Oftentimes when interacting with customer networks, we find merchants have big flat networks with a firewall at the edge, but that’s it. Everything inside the network can talk to everything else. Flat networks make securing your card data extremely difficult because your entire network is in scope for the PCI DSS. Each system has the ability to talk to every other system.
Here’s a great example of network segmentation via a firewall. Say you install and configure a multi-interface firewall at the edge of your network. From there, you create one interface on the firewall dedicated just to the systems that store,process, and transmit cardholder data. If this interface doesn’t allow any other traffic into or out of any other zones, that’s proper network segmentation.
A way to properly segment a network without a firewall is through an air gap. Air gaps mean having truly separate network environments for card data environments. Specifically, the actual network equipment that runs the card data environment is totally separate from your office environment.

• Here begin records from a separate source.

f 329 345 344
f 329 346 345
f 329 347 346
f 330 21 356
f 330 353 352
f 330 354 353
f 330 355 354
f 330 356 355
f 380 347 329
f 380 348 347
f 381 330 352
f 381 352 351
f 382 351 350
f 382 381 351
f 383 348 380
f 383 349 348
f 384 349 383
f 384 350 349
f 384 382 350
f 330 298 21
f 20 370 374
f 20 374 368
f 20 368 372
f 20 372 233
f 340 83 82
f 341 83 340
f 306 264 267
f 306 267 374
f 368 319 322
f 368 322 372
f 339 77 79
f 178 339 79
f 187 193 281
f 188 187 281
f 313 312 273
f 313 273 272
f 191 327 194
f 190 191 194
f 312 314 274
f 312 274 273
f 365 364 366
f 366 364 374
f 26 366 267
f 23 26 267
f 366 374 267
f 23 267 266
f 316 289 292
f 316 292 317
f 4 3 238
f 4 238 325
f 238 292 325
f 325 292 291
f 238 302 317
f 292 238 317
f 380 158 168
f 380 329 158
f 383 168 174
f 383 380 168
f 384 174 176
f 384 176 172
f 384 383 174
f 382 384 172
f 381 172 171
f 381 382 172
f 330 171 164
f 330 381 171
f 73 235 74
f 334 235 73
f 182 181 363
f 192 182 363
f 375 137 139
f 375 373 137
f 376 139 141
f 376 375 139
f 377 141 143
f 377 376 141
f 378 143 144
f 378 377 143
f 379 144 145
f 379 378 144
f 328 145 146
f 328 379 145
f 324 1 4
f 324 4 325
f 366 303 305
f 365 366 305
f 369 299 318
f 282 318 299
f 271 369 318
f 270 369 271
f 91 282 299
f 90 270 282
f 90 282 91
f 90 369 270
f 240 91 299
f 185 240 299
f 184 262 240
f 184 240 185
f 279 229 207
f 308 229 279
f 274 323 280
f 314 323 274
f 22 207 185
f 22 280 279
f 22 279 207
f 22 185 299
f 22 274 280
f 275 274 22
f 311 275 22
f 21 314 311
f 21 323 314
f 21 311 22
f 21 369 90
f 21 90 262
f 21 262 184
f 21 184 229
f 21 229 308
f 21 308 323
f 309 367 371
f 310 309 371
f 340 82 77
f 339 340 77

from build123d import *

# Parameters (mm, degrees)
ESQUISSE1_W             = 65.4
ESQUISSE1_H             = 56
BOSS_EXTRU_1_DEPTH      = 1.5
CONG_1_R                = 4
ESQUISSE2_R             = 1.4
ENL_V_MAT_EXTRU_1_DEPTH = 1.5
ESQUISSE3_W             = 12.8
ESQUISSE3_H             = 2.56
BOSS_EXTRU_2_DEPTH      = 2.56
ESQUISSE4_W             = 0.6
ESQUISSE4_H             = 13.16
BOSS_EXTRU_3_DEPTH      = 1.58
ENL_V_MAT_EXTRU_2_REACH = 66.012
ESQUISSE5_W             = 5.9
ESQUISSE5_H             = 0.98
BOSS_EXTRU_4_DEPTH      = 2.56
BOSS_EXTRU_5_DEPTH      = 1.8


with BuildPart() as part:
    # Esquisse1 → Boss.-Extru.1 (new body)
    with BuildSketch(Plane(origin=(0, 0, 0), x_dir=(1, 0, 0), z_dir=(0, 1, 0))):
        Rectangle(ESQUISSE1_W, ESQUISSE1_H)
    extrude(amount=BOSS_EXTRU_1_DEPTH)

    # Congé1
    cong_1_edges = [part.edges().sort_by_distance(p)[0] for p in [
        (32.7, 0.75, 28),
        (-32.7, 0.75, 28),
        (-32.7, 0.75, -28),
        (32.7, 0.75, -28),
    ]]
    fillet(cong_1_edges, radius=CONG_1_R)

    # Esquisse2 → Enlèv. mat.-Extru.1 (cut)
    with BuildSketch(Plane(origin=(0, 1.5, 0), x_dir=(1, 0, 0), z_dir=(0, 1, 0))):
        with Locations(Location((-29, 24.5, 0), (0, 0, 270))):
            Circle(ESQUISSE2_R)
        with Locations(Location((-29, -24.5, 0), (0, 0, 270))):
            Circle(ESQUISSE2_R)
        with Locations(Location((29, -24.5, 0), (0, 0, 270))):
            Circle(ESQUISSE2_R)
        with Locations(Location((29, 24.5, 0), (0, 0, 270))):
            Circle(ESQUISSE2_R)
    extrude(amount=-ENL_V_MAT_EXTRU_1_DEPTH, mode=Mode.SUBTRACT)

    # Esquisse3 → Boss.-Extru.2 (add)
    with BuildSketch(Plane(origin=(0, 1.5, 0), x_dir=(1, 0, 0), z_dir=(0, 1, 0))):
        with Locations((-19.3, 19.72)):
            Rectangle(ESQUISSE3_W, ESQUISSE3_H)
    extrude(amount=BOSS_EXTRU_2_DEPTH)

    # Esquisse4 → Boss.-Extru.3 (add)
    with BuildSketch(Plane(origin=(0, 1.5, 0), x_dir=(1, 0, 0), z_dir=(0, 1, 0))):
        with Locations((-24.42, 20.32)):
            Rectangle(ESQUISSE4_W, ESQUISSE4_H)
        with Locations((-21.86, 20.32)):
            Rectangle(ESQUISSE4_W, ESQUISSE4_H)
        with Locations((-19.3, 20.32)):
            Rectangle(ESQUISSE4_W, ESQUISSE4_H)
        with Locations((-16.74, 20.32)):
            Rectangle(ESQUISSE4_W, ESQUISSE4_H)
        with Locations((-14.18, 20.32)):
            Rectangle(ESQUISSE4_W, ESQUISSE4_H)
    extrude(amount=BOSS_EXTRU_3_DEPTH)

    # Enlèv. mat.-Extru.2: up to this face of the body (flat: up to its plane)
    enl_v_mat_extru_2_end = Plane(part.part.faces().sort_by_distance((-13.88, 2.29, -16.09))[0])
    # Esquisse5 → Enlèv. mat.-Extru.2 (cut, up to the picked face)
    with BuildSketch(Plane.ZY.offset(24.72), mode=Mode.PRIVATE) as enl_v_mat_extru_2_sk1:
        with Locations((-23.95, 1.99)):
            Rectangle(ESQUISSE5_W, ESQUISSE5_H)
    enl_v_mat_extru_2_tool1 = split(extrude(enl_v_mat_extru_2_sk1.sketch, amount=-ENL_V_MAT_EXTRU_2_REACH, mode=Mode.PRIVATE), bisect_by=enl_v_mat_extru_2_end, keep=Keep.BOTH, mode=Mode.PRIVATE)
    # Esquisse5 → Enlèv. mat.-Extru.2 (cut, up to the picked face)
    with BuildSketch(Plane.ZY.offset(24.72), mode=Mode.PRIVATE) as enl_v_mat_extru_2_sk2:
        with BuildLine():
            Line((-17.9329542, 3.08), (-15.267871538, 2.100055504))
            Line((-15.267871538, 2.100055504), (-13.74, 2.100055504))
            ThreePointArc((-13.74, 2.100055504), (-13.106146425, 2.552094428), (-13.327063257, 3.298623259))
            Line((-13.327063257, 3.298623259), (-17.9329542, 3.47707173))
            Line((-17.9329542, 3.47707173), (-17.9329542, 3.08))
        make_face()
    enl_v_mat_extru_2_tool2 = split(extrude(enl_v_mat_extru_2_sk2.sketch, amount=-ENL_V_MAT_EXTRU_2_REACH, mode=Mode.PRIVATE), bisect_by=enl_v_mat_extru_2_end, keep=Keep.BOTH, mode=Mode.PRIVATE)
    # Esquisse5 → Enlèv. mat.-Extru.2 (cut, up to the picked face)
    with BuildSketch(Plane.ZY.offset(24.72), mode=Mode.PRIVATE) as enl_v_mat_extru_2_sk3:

Know your inflows and outflows. Until you know your flows, you don’t know what to secure.
Use a card data discovery tool. This tool will help find the caches of card data in your environment. Once you identify them and identify the process that created the cache, decide if you really need to continue these processes.
Not-in-scope systems don’t require PCI. PCI requirements are best security practices but aren’t necessarily required for network segments not in scope.
Decide. Is reducing scope worth it to your organization?